In its Q2 2021 UK Market View, Mace said the increase in products including steel, timber and concrete had been caused by a lack of supply, while volatility caused by the initial lockdown period, alongside Brexit implication, had impacted tender prices.

After rising until 2023, tender prices are expected to start to ease in line with the economy, coming down to 2.5% in 2024, Mace said.

It said that despite higher material costs, construction output was 2.4% above its February 2020 level, with the industry now in recovery.

But some sectors, such as repair and maintenance and infrastructure, have fared better than others. Private industrial, is down 27%, and private commercial has dropped 10%. As a result, all new work is still lower than 13 months ago.
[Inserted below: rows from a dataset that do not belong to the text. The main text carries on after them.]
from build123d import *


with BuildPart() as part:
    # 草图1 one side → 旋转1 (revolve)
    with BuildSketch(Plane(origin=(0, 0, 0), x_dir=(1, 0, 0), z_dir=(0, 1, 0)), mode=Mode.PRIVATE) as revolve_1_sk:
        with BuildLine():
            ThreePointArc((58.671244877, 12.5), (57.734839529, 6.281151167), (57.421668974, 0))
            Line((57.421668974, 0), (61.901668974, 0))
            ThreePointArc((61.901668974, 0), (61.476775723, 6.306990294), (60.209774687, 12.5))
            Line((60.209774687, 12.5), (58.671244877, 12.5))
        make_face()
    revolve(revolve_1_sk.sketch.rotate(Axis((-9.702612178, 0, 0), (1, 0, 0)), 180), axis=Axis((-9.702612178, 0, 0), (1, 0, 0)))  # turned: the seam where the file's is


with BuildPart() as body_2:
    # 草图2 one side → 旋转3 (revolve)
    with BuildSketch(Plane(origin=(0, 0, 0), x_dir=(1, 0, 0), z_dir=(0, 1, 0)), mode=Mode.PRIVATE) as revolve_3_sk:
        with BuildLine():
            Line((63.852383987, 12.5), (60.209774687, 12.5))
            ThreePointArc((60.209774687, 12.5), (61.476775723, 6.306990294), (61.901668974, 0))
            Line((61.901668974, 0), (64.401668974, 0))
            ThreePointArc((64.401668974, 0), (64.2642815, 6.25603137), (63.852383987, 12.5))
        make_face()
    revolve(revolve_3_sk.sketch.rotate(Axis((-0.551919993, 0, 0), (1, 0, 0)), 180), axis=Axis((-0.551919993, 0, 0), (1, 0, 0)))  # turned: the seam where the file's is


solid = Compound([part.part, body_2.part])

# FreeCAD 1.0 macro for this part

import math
import FreeCAD as App
import Part
import Sketcher

V = App.Vector
Q = App.Units.Quantity

doc = App.newDocument("Part")
params = doc.addObject("Spreadsheet::Sheet", "Params")
for row, (alias, value) in enumerate([
    ("sketch1_width", "4.48 mm"),
    ("revolution_angle", "360 deg"),
    ("sketch2_width", "2.5 mm"),
    ("revolution2_angle", "360 deg"),
], start=1):
    params.set(f"A{row}", alias)
    params.set(f"B{row}", "=" + value)
    params.setAlias(f"B{row}", alias)

body = doc.addObject("PartDesign::Body", "Body")

# Sketch on XZ plane
sketch1 = doc.addObject("Sketcher::SketchObject", "Sketch")
body.addObject(sketch1)
sketch1.AttachmentSupport = (doc.XZ_Plane, [""])
sketch1.MapMode = "FlatFace"
sketch1.addGeometry(Part.ArcOfCircle(Part.Circle(V(120.6, 0, 0), V(0, 0, 1), 63.1), math.radians(180), math.radians(191.42)), False)
sketch1.addGeometry(Part.LineSegment(V(57.4, 0, 0), V(61.9, 0, 0)), False)
sketch1.addGeometry(Part.ArcOfCircle(Part.Circle(V(14.9, 0, 0), V(0, 0, 1), 47), math.radians(-15.42), math.radians(0)), False)
sketch1.addGeometry(Part.LineSegment(V(60.2, -12.5, 0), V(58.7, -12.5, 0)), False)
sketch1.addConstraint(Sketcher.Constraint("Coincident", 0, 1, 1, 1))
sketch1.addConstraint(Sketcher.Constraint("Coincident", 1, 2, 2, 2))
sketch1.addConstraint(Sketcher.Constraint("Coincident", 2, 1, 3, 1))
sketch1.addConstraint(Sketcher.Constraint("Coincident", 3, 2, 0, 2))
sketch1.addConstraint(Sketcher.Constraint("Horizontal", 1))
sketch1.addConstraint(Sketcher.Constraint("Horizontal", 3))
sketch1.addConstraint(Sketcher.Constraint("PointOnObject", 0, 3, -1))
sketch1.addConstraint(Sketcher.Constraint("PointOnObject", 2, 3, -1))
sketch1.addConstraint(Sketcher.Constraint("PointOnObject", 0, 1, -1))
sketch1.addConstraint(Sketcher.Constraint("Radius", 0, Q("63.146 mm")))
sketch1.addConstraint(Sketcher.Constraint("Radius", 2, Q("47.022 mm")))
sketch1.addConstraint(Sketcher.Constraint("DistanceX", 1, 1, 1, 2, Q("4.48 mm")))
sketch1.addConstraint(Sketcher.Constraint("DistanceY", 2, 1, -1, 1, Q("12.5 mm")))
sketch1.addConstraint(Sketcher.Constraint("DistanceX", -1, 1, 0, 3, Q("120.567669 mm")))
sketch1.setExpression("Constraints[11]", "Params.sketch1_width")
revolution = doc.addObject("PartDesign::Revolution", "Revolution")
body.addObject(revolution)
revolution.Profile = sketch1
revolution.ReferenceAxis = (sketch1, ["H_Axis"])
revolution.setExpression("Angle", "Params.revolution_angle")
body2 = doc.addObject("PartDesign::Body", "Body001")

# Sketch on XZ plane
sketch2 = doc.addObject("Sketcher::SketchObject", "Sketch001")
body2.addObject(sketch2)
sketch2.AttachmentSupport = (doc.getObject("XZ_Plane001"), [""])
sketch2.MapMode = "FlatFace"
sketch2.addGeometry(Part.LineSegment(V(63.9, -12.5, 0), V(60.2, -12.5, 0)), False)
sketch2.addGeometry(Part.ArcOfCircle(Part.Circle(V(14.9, 0, 0), V(0, 0, 1), 47), math.radians(-15.42), math.radians(0)), False)
sketch2.addGeometry(Part.LineSegment(V(61.9, 0, 0), V(64.4, 0, 0)), False)
sketch2.addGeometry(Part.ArcOfCircle(Part.Circle(V(-78.1, 0, 0), V(0, 0, 1), 142.5), math.radians(-5.03), math.radians(0)), False)
sketch2.addConstraint(Sketcher.Constraint("Coincident", 0, 2, 1, 1))
sketch2.addConstraint(Sketcher.Constraint("Coincident", 1, 2, 2, 1))
sketch2.addConstraint(Sketcher.Constraint("Coincident", 2, 2, 3, 2))
sketch2.addConstraint(Sketcher.Constraint("Coincident", 3, 1, 0, 1))
sketch2.addConstraint(Sketcher.Constraint("Horizontal", 0))
sketch2.addConstraint(Sketcher.Constraint("Horizontal", 2))
sketch2.addConstraint(Sketcher.Constraint("PointOnObject", 1, 3, -1))
sketch2.addConstraint(Sketcher.Constraint("PointOnObject", 3, 3, -1))
sketch2.addConstraint(Sketcher.Constraint("PointOnObject", 1, 2, -1))
sketch2.addConstraint(Sketcher.Constraint("DistanceX", 2, 1, 2, 2, Q("2.5 mm")))
sketch2.addConstraint(Sketcher.Constraint("Radius", 1, Q("47.022 mm")))
sketch2.addConstraint(Sketcher.Constraint("Radius", 3, Q("142.505 mm")))
sketch2.addConstraint(Sketcher.Constraint("DistanceY", 0, 2, -1, 1, Q("12.5 mm")))
sketch2.addConstraint(Sketcher.Constraint("DistanceX", -1, 1, 1, 3, Q("14.879669 mm")))
sketch2.setExpression("Constraints[9]", "Params.sketch2_width")
revolution2 = doc.addObject("PartDesign::Revolution", "Revolution001")
body2.addObject(revolution2)
revolution2.Profile = sketch2
revolution2.ReferenceAxis = (sketch2, ["H_Axis"])
revolution2.setExpression("Angle", "Params.revolution2_angle")

doc.recompute()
Steven Mason, managing director for cost consultancy at Mace, said: “The tide of uncertainty that the construction sector and wider UK economy has experienced from the impact of Brexit and covid-19 appears to be finally turning, with global supply problems and resilient levels of demand driving dramatic increases in forecast tender prices.

“While demand in some sectors remains weak, the overall picture and sentiment for construction and infrastructure projects looks increasingly positive. With a risk averse supply chain that is reluctant to absorb the impact of these rising input costs, we anticipate a larger than expected impact on market prices and have adjusted our forecasts for 2021 upwards to reflect this.”